- Opening Delimiter -

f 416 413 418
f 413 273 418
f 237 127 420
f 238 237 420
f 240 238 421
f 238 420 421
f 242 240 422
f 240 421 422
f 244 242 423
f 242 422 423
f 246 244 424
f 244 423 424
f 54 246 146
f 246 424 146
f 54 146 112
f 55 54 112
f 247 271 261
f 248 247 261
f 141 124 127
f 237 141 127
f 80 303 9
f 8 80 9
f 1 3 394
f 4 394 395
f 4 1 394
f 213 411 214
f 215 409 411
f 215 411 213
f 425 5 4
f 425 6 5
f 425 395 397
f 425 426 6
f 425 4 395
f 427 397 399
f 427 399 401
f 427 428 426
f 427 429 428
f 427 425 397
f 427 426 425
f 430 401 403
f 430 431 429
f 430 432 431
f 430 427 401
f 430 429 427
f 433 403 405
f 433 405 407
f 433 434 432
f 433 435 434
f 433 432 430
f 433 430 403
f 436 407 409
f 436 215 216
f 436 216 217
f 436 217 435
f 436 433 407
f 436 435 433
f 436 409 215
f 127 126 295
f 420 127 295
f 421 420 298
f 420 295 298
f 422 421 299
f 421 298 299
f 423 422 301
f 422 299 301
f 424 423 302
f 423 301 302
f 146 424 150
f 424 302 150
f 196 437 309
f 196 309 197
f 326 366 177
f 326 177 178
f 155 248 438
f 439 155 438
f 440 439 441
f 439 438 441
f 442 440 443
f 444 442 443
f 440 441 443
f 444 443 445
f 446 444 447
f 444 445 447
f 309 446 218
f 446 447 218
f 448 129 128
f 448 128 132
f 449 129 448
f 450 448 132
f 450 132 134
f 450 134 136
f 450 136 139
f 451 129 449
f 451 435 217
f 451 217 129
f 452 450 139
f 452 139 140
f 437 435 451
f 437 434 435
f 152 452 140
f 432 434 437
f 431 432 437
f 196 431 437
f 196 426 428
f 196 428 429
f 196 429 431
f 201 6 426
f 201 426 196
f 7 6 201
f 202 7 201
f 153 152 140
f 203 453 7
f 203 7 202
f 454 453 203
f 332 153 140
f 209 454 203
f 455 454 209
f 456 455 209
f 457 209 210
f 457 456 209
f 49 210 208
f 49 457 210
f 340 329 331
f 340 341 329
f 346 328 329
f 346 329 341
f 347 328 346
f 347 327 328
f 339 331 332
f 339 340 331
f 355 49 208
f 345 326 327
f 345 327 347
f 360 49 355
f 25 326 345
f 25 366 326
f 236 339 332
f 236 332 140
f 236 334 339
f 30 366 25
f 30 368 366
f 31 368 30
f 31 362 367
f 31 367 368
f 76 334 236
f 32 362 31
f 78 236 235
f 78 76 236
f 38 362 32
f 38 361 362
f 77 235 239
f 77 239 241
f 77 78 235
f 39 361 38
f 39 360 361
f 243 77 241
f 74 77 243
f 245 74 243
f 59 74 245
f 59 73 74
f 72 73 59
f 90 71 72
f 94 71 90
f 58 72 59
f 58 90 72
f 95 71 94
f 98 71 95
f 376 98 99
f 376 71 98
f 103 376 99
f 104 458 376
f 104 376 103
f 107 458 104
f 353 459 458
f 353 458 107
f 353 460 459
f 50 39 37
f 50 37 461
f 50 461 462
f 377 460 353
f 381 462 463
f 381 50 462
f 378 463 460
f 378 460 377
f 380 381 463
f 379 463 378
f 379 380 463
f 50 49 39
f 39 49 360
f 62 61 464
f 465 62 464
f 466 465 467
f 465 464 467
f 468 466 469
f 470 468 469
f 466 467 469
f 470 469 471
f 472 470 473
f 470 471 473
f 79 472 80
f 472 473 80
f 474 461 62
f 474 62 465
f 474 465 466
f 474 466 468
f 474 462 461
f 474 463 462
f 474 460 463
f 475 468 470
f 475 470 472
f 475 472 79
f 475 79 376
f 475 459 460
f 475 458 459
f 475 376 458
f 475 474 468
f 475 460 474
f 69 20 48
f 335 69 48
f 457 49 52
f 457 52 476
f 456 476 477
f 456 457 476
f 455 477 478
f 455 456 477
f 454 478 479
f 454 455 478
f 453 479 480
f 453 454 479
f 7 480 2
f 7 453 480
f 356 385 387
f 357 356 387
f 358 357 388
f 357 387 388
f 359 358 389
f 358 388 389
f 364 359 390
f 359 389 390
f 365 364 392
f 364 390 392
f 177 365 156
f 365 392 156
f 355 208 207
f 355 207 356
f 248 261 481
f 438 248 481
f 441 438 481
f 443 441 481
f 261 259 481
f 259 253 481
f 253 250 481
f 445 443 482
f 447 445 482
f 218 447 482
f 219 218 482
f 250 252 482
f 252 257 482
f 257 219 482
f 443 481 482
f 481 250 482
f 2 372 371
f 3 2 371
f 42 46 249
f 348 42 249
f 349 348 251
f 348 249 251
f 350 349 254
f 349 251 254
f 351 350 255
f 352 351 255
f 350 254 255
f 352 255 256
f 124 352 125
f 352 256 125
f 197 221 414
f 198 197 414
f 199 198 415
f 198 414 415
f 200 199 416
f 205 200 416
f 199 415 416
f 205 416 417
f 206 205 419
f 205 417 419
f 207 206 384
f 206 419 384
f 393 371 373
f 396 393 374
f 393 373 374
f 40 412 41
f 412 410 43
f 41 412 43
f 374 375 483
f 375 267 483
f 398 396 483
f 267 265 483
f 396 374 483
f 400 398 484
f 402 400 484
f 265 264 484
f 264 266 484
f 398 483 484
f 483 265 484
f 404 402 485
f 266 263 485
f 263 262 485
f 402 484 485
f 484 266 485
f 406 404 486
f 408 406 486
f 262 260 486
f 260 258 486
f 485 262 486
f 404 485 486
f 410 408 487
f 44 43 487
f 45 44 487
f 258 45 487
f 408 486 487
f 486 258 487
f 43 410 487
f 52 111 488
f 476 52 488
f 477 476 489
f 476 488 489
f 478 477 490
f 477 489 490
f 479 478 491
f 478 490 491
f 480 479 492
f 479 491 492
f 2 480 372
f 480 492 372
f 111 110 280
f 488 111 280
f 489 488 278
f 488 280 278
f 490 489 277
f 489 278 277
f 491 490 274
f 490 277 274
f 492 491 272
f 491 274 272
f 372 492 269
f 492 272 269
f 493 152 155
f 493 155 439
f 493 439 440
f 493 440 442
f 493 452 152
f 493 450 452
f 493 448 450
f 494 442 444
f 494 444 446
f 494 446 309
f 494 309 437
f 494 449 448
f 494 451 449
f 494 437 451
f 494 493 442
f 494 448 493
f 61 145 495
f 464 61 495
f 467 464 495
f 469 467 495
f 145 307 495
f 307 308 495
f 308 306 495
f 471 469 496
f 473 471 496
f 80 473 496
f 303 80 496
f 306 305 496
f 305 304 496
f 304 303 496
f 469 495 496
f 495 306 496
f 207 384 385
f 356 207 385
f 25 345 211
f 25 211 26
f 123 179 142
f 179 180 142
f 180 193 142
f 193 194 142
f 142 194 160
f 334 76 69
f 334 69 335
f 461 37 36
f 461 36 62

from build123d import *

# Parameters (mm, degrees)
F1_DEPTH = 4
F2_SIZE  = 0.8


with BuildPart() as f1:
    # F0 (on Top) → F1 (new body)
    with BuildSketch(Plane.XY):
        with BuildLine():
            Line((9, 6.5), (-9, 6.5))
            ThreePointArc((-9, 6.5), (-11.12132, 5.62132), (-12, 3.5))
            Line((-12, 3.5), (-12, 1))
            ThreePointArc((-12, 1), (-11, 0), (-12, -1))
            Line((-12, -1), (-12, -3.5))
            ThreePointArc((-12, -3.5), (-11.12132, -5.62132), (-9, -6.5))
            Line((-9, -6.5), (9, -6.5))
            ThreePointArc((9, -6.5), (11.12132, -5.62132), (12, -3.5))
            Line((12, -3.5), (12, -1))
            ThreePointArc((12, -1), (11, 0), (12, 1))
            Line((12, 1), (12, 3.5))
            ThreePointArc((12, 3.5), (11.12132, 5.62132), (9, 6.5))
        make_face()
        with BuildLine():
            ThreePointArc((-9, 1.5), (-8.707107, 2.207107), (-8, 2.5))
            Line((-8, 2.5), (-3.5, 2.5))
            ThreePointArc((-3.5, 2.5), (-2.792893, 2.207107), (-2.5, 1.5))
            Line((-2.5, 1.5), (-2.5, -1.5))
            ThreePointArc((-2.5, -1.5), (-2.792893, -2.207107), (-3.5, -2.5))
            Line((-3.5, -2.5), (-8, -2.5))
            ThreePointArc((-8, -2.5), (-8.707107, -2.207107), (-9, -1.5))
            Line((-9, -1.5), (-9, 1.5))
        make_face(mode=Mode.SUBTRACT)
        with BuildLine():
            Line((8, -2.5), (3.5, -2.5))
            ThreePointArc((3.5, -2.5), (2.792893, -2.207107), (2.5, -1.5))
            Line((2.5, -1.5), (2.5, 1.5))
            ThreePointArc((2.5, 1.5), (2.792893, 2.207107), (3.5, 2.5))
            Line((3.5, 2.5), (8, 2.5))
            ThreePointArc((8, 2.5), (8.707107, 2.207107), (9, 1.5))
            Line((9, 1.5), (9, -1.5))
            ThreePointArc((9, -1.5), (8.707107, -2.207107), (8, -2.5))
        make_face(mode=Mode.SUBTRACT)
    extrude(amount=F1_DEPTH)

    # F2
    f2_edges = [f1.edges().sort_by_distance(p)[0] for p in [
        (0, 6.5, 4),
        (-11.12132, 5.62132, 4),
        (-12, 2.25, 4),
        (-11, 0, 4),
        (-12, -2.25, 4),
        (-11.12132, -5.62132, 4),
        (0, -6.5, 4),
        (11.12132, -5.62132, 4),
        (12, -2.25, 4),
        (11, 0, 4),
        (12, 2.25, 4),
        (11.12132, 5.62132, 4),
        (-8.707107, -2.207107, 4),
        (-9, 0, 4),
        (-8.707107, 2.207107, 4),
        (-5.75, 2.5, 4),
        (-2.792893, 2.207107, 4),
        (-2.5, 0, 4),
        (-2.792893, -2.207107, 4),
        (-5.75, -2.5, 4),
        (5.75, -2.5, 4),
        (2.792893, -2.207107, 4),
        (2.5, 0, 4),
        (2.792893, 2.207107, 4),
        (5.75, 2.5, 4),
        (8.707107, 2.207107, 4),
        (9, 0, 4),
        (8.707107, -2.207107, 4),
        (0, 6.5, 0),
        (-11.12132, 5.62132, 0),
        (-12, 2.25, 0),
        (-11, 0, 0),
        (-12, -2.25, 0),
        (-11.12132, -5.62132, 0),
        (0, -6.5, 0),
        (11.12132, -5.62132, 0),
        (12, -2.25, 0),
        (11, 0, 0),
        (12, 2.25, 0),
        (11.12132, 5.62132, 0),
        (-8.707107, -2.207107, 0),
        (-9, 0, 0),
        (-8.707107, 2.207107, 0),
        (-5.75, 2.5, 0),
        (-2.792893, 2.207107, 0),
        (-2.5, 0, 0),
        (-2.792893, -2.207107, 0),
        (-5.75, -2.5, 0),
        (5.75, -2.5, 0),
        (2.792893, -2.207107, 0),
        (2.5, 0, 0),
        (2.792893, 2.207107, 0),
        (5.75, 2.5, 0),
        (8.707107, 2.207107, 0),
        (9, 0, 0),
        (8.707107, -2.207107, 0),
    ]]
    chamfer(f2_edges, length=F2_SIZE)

- Closing Delimiter -

Task description:
Up to and including the line with "f 433 403 405", write out the records above exactly, starting from their first line.

Task output:
f 416 413 418
f 413 273 418
f 237 127 420
f 238 237 420
f 240 238 421
f 238 420 421
f 242 240 422
f 240 421 422
f 244 242 423
f 242 422 423
f 246 244 424
f 244 423 424
f 54 246 146
f 246 424 146
f 54 146 112
f 55 54 112
f 247 271 261
f 248 247 261
f 141 124 127
f 237 141 127
f 80 303 9
f 8 80 9
f 1 3 394
f 4 394 395
f 4 1 394
f 213 411 214
f 215 409 411
f 215 411 213
f 425 5 4
f 425 6 5
f 425 395 397
f 425 426 6
f 425 4 395
f 427 397 399
f 427 399 401
f 427 428 426
f 427 429 428
f 427 425 397
f 427 426 425
f 430 401 403
f 430 431 429
f 430 432 431
f 430 427 401
f 430 429 427
f 433 403 405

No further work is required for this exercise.